Can a case be made that theology was made in the process of doing? 

Is the emphasis in the New Testament on action? Does theology then spring up in the process of issues that arise in the midst of action?

For instance, take Paul’s Corinthian letters. He wrote these letters in response to church problems. His aim wasn’t to write a systematic theology but to affect change, to fix a problem. 

Theologians are not mere theoreticians but practitioners. 


The book of Romans seems systemic, though. 

For the most part, however, the written canon we have was written in response to mission (i.e. action).
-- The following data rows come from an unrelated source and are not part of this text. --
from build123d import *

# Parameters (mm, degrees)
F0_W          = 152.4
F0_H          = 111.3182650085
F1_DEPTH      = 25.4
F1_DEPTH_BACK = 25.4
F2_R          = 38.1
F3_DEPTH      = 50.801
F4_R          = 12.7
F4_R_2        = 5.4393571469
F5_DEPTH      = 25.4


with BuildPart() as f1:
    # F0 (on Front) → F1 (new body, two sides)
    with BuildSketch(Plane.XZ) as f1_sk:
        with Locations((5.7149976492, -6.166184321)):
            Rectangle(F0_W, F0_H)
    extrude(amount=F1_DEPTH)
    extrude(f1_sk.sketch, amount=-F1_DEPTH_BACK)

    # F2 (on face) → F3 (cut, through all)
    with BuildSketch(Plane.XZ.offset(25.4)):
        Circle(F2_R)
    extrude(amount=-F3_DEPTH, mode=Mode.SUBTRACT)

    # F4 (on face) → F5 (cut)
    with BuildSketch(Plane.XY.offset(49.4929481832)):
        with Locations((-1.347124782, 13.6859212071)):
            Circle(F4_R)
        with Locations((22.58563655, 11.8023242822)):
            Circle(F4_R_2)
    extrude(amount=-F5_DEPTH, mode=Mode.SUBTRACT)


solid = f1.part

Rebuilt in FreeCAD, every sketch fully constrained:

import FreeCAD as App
import Part
import Sketcher
from FreeCAD import Vector
Q = App.Units.Quantity

doc = App.newDocument("Part")
body = doc.addObject("PartDesign::Body", "Body")

# Sketch on XZ plane
sketch1 = body.newObject("Sketcher::SketchObject", "Sketch")
sketch1.AttachmentSupport = (doc.getObject("XZ_Plane"), [""])
sketch1.MapMode = "FlatFace"
sketch1.addGeometry([
    Part.LineSegment(Vector(-70, 49, 0), Vector(-70, -62, 0)),
    Part.LineSegment(Vector(-70, -62, 0), Vector(82, -62, 0)),
    Part.LineSegment(Vector(82, -62, 0), Vector(82, 49, 0)),
    Part.LineSegment(Vector(82, 49, 0), Vector(-70, 49, 0)),
], False)
sketch1.addConstraint([
    Sketcher.Constraint("Coincident", 0, 2, 1, 1),
    Sketcher.Constraint("Coincident", 1, 2, 2, 1),
    Sketcher.Constraint("Coincident", 2, 2, 3, 1),
    Sketcher.Constraint("Coincident", 3, 2, 0, 1),
    Sketcher.Constraint("Vertical", 0),
    Sketcher.Constraint("Horizontal", 1),
    Sketcher.Constraint("Vertical", 2),
    Sketcher.Constraint("Horizontal", 3),
    Sketcher.Constraint("DistanceX", 1, 1, 1, 2, Q("6 in")),
    Sketcher.Constraint("DistanceX", 0, 2, -1, 1, Q("2.7750001 in")),
    Sketcher.Constraint("DistanceY", 0, 2, 0, 1, 111.318265),
    Sketcher.Constraint("DistanceY", -1, 1, 2, 2, 49.492948),
])
pad1 = body.newObject("PartDesign::Pad", "Pad")
pad1.Profile = sketch1
pad1.Type = "TwoLengths"
pad1.Length = Q("1 in")
pad1.Length2 = Q("1 in")

# Sketch on XZ plane
sketch2 = body.newObject("Sketcher::SketchObject", "Sketch001")
sketch2.AttachmentSupport = (doc.getObject("XZ_Plane"), [""])
sketch2.MapMode = "FlatFace"
sketch2.AttachmentOffset = App.Placement(Vector(0, 0, 1 * 25.4), App.Rotation())
sketch2.addGeometry(Part.Circle(Vector(0, 0, 0), Vector(0, 0, 1), 38), False)
sketch2.addConstraint([
    Sketcher.Constraint("Coincident", 0, 3, -1, 1),
    Sketcher.Constraint("Diameter", 0, Q("3 in")),
])
pocket1 = body.newObject("PartDesign::Pocket", "Pocket")
pocket1.Profile = sketch2
pocket1.Type = "ThroughAll"

# Sketch on XY plane
sketch3 = body.newObject("Sketcher::SketchObject", "Sketch002")
sketch3.AttachmentSupport = (doc.getObject("XY_Plane"), [""])
sketch3.MapMode = "FlatFace"
sketch3.AttachmentOffset = App.Placement(Vector(0, 0, 49.492948), App.Rotation())
sketch3.addGeometry([
    Part.Circle(Vector(-1, 14, 0), Vector(0, 0, 1), 13),
    Part.Circle(Vector(23, 12, 0), Vector(0, 0, 1), 5),
], False)
sketch3.addConstraint([
    Sketcher.Constraint("Diameter", 0, Q("1 in")),
    Sketcher.Constraint("Diameter", 1, 10.878714),
    Sketcher.Constraint("DistanceY", -1, 1, 0, 3, 13.685921),
    Sketcher.Constraint("DistanceX", 0, 3, 1, 3, 23.932761),
    Sketcher.Constraint("DistanceX", 0, 3, -1, 1, 1.347125),
    Sketcher.Constraint("DistanceY", -1, 1, 1, 3, 11.802324),
])
pocket2 = body.newObject("PartDesign::Pocket", "Pocket001")
pocket2.Profile = sketch3
pocket2.Length = Q("1 in")

doc.recompute()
They were written to spur the movement forward or to correct problems that arouse as the movement did move forward.

Although, one cannot have much of a movement if they lack a solid basis of beliefs....
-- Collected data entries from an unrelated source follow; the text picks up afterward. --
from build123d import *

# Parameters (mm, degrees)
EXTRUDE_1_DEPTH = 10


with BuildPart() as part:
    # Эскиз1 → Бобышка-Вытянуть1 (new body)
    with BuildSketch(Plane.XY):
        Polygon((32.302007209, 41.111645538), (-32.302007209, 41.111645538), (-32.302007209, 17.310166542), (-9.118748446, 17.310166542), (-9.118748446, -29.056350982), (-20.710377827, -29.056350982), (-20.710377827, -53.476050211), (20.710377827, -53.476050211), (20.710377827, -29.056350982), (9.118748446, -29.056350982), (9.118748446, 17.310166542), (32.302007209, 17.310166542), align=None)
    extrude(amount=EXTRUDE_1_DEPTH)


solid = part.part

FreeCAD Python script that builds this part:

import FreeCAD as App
import Part
import Sketcher

V = App.Vector


def add_polygon(sketch, points):
    """Adds a closed chain of lines whose ends are joined by coincident constraints."""
    first, n = sketch.GeometryCount, len(points)
    for a, b in zip(points, points[1:] + points[:1]):
        sketch.addGeometry(Part.LineSegment(App.Vector(*a, 0), App.Vector(*b, 0)), False)
    for i in range(n):
        sketch.addConstraint(Sketcher.Constraint("Coincident", first + i, 2, first + (i + 1) % n, 1))

doc = App.newDocument("Part")
body = doc.addObject("PartDesign::Body", "Body")

# Sketch on XY plane
sketch1 = body.newObject("Sketcher::SketchObject", "Sketch")
sketch1.AttachmentSupport = (doc.getObject("XY_Plane"), [""])
sketch1.MapMode = "FlatFace"
add_polygon(sketch1, [(32, 41), (-32, 41), (-32, 17), (-9, 17), (-9, -29), (-21, -29), (-21, -53), (21, -53), (21, -29), (9, -29), (9, 17), (32, 17)])  # lines 0-11
sketch1.addConstraint([
    Sketcher.Constraint("Horizontal", 0),
    Sketcher.Constraint("Vertical", 1),
    Sketcher.Constraint("Horizontal", 2),
    Sketcher.Constraint("Vertical", 3),
    Sketcher.Constraint("Horizontal", 4),
    Sketcher.Constraint("Vertical", 5),
    Sketcher.Constraint("Horizontal", 6),
    Sketcher.Constraint("Vertical", 7),
    Sketcher.Constraint("Horizontal", 8),
    Sketcher.Constraint("Vertical", 9),
    Sketcher.Constraint("Horizontal", 10),
    Sketcher.Constraint("Vertical", 11),
    Sketcher.Constraint("Symmetric", 4, 2, 7, 2, -2),
    Sketcher.Constraint("Symmetric", 2, 2, 9, 2, -2),
    Sketcher.Constraint("Equal", 2, 10),
    Sketcher.Constraint("DistanceY", 5, 2, 5, 1, 24.419699),
    Sketcher.Constraint("DistanceX", 2, 1, 2, 2, 23.183259),
    Sketcher.Constraint("DistanceX", 4, 2, 4, 1, 11.591629),
    Sketcher.Constraint("DistanceY", 1, 2, 1, 1, 23.801479),
    Sketcher.Constraint("DistanceX", 0, 2, 0, 1, 64.604014),
    Sketcher.Constraint("DistanceY", 3, 2, 3, 1, 46.366518),
    Sketcher.Constraint("DistanceY", 3, 2, -1, 1, 29.056351),
])
pad1 = body.newObject("PartDesign::Pad", "Pad")
pad1.Profile = sketch1
pad1.Length = 10

doc.recompute()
Can we praise this one aspect of Liberation Theology, or acknowledge any truth in it..or must it all go?


----------



## RamistThomist (Dec 30, 2007)

Believe it or not, I am not opposed to praxis. I think much of modern conservative thought suffers for that reason. No, we shouldn't call it liberation theology. Most LTers are intricately tied to Marxism, which necessarily entails poverty and barricades. 

And it is true that much of theology is formed by way of application. No doubt about that. I do'nt know if we can make a blanket statement, though.


----------



## Pergamum (Dec 30, 2007)

Yes, there's the rub...I want to find a blanket statement somewhere...


----------



## KMK (Dec 30, 2007)

Ps 46:10 Be still, and know that I am God..."
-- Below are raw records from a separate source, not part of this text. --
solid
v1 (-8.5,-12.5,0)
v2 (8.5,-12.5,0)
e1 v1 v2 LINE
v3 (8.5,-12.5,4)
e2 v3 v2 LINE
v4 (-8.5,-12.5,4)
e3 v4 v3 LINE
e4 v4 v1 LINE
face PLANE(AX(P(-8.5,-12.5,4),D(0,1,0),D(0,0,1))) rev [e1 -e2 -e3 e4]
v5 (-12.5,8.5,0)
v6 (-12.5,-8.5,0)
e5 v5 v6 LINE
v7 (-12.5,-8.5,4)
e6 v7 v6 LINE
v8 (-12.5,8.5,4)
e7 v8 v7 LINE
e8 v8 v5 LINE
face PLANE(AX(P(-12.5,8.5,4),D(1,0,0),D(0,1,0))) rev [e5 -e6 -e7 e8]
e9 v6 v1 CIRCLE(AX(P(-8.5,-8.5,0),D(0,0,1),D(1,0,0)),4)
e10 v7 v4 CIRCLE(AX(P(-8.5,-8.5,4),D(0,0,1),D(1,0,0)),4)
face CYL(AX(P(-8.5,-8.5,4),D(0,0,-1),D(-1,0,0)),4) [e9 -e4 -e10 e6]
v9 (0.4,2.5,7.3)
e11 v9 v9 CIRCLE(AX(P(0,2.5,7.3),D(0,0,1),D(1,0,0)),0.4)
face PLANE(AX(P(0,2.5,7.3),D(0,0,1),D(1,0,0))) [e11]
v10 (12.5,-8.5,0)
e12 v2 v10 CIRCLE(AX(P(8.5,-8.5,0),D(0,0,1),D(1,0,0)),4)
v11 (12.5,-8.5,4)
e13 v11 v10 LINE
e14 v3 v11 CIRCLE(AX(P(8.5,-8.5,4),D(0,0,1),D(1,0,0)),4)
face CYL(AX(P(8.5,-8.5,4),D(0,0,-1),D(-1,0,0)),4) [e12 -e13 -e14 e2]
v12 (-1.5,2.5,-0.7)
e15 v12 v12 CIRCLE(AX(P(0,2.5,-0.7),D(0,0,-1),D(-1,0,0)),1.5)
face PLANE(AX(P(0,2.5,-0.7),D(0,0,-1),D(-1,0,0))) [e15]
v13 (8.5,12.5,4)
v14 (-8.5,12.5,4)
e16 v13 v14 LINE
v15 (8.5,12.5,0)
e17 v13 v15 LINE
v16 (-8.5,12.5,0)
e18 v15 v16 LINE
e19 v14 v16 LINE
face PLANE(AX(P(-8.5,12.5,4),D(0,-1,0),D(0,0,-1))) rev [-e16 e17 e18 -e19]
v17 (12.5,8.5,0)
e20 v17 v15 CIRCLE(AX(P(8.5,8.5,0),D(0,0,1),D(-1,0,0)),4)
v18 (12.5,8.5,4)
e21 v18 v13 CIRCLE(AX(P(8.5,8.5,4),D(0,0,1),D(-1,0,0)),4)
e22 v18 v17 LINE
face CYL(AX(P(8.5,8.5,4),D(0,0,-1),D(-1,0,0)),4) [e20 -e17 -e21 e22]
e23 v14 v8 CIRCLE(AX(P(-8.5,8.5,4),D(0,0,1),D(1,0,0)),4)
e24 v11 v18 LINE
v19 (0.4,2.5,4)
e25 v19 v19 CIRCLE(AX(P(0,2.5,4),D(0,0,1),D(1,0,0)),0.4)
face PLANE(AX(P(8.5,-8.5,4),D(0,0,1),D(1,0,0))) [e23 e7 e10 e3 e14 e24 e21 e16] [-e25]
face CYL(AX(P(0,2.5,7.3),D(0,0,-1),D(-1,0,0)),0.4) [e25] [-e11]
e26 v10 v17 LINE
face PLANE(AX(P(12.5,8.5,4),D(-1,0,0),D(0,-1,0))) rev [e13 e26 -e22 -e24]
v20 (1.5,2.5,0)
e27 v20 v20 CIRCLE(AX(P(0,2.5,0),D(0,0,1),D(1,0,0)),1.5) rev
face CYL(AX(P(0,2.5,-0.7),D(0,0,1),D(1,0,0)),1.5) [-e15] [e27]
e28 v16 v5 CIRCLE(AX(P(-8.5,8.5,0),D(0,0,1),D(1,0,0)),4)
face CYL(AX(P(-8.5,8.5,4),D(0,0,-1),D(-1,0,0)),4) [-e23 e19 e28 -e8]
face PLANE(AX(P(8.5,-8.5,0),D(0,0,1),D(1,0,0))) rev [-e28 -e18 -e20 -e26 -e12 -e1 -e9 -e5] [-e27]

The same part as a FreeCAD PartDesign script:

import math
import FreeCAD as App
import Part
import Sketcher
from FreeCAD import Vector
Q = App.Units.Quantity

doc = App.newDocument("Part")
params = doc.addObject("Spreadsheet::Sheet", "Params")
for row, (alias, value) in enumerate([
    ("sketch1_radius", "4 mm"),
    ("sketch1_width", "17 mm"),
    ("pad1_length", "4 mm"),
    ("sketch2_diameter", "0.8 mm"),
    ("pad2_length", "3.3 mm"),
    ("sketch3_diameter", "3 mm"),
    ("pad3_length", "0.7 mm"),
], start=1):
    params.set(f"A{row}", alias)
    params.set(f"B{row}", "=" + value)
    params.setAlias(f"B{row}", alias)

body = doc.addObject("PartDesign::Body", "Body")

# Sketch on XY plane
sketch1 = body.newObject("Sketcher::SketchObject", "Sketch")
sketch1.AttachmentSupport = (doc.getObject("XY_Plane"), [""])
sketch1.MapMode = "FlatFace"
sketch1.addGeometry([
    Part.LineSegment(Vector(8.5, 12.5, 0), Vector(-8.5, 12.5, 0)),  # 0
    Part.ArcOfCircle(Part.Circle(Vector(-8.5, 8.5, 0), Vector(0, 0, 1), 4), math.radians(90), math.radians(180)),  # 1
    Part.LineSegment(Vector(-12.5, 8.5, 0), Vector(-12.5, -8.5, 0)),  # 2
    Part.ArcOfCircle(Part.Circle(Vector(-8.5, -8.5, 0), Vector(0, 0, 1), 4), math.radians(180), math.radians(270)),  # 3
    Part.LineSegment(Vector(-8.5, -12.5, 0), Vector(8.5, -12.5, 0)),  # 4
    Part.ArcOfCircle(Part.Circle(Vector(8.5, -8.5, 0), Vector(0, 0, 1), 4), math.radians(-90), math.radians(0)),  # 5
    Part.LineSegment(Vector(12.5, -8.5, 0), Vector(12.5, 8.5, 0)),  # 6
    Part.ArcOfCircle(Part.Circle(Vector(8.5, 8.5, 0), Vector(0, 0, 1), 4), math.radians(0), math.radians(90)),  # 7
], False)
sketch1.addConstraint([
    Sketcher.Constraint("Tangent", 0, 2, 1, 1),
    Sketcher.Constraint("Tangent", 1, 2, 2, 1),
    Sketcher.Constraint("Tangent", 2, 2, 3, 1),
    Sketcher.Constraint("Tangent", 3, 2, 4, 1),
    Sketcher.Constraint("Tangent", 4, 2, 5, 1),
    Sketcher.Constraint("Tangent", 5, 2, 6, 1),
    Sketcher.Constraint("Tangent", 6, 2, 7, 1),
    Sketcher.Constraint("Tangent", 7, 2, 0, 1),
    Sketcher.Constraint("Horizontal", 0),
    Sketcher.Constraint("Vertical", 2),
    Sketcher.Constraint("Horizontal", 4),
    Sketcher.Constraint("Vertical", 6),
    Sketcher.Constraint("Equal", 1, 3),
    Sketcher.Constraint("Equal", 3, 5),
    Sketcher.Constraint("Equal", 5, 7),
    Sketcher.Constraint("Symmetric", 1, 3, 5, 3, -1, 1),
    Sketcher.Constraint("Equal", 4, 2),
    Sketcher.Constraint("Radius", 1, Q("4 mm")),
    Sketcher.Constraint("DistanceX", 0, 2, 0, 1, Q("17 mm")),
])
sketch1.setExpression("Constraints[17]", "Params.sketch1_radius")
sketch1.setExpression("Constraints[18]", "Params.sketch1_width")
pad1 = body.newObject("PartDesign::Pad", "Pad")
pad1.Profile = sketch1
pad1.setExpression("Length", "Params.pad1_length")

# Sketch on XY plane
sketch2 = body.newObject("Sketcher::SketchObject", "Sketch001")
sketch2.AttachmentSupport = (doc.getObject("XY_Plane"), [""])
sketch2.MapMode = "FlatFace"
sketch2.AttachmentOffset = App.Placement(Vector(0, 0, 4), App.Rotation())
sketch2.addGeometry(Part.Circle(Vector(0, 2.5, 0), Vector(0, 0, 1), 0.4), False)
sketch2.addConstraint([
    Sketcher.Constraint("PointOnObject", 0, 3, -2),
    Sketcher.Constraint("Diameter", 0, Q("0.8 mm")),
    Sketcher.Constraint("DistanceY", -1, 1, 0, 3, Q("2.5 mm")),
])
sketch2.setExpression("Constraints[1]", "Params.sketch2_diameter")
pad2 = body.newObject("PartDesign::Pad", "Pad001")
pad2.Profile = sketch2
pad2.setExpression("Length", "Params.pad2_length")

# Sketch on XY plane
sketch3 = body.newObject("Sketcher::SketchObject", "Sketch002")
sketch3.AttachmentSupport = (doc.getObject("XY_Plane"), [""])
sketch3.MapMode = "FlatFace"
sketch3.addGeometry(Part.Circle(Vector(0, 2.5, 0), Vector(0, 0, 1), 1.5), False)
sketch3.addConstraint([
    Sketcher.Constraint("PointOnObject", 0, 3, -2),
    Sketcher.Constraint("Diameter", 0, Q("3 mm")),
    Sketcher.Constraint("DistanceY", -1, 1, 0, 3, Q("2.5 mm")),
])
sketch3.setExpression("Constraints[1]", "Params.sketch3_diameter")
pad3 = body.newObject("PartDesign::Pad", "Pad002")
pad3.Profile = sketch3
pad3.setExpression("Length", "Params.pad3_length")
pad3.Reversed = True

doc.recompute()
Is that a blanket statement?


----------



## Amazing Grace (Dec 30, 2007)

Pergamum said:


> Okay, this is sure to turn into the old receptacle for live bait.
> 
> 
> 
> ...



There can be absolutely no praise for this poisonous theology. Their interpretation of praxis is not the biblical praxis. By looking at their goal, one can easily see the 'praxis' used towards that goal is done for unbiblical reasons. Their hermeneutic of praxes is a foundation built on sand. It is purely a subjective world view. Each current socio situation determines the interpretation of a given scripture. Culture plays the biggest role in theology. Praxis becomes a 'doing' of whatever the reader determines what must be done in his own mind. Instead of finding God's revealed will as spoken in the writ, LT's rasie praxis over the Word. I detest this thought. This thought or praxis being interwoven into a plotical class struggle and 'doing' to make people equal is a terrible error. Look at what has ensued. Feminist theology. A black Jesus, a Woman god, a Christ not divine. the list goes on.


----------



## Archlute (Dec 30, 2007)

Pergamum said:


> Okay, this is sure to turn into the old receptacle for live bait.
> 
> 
> 
> ...




It is wrong, as well as being a tool by which they dodge orthodoxy.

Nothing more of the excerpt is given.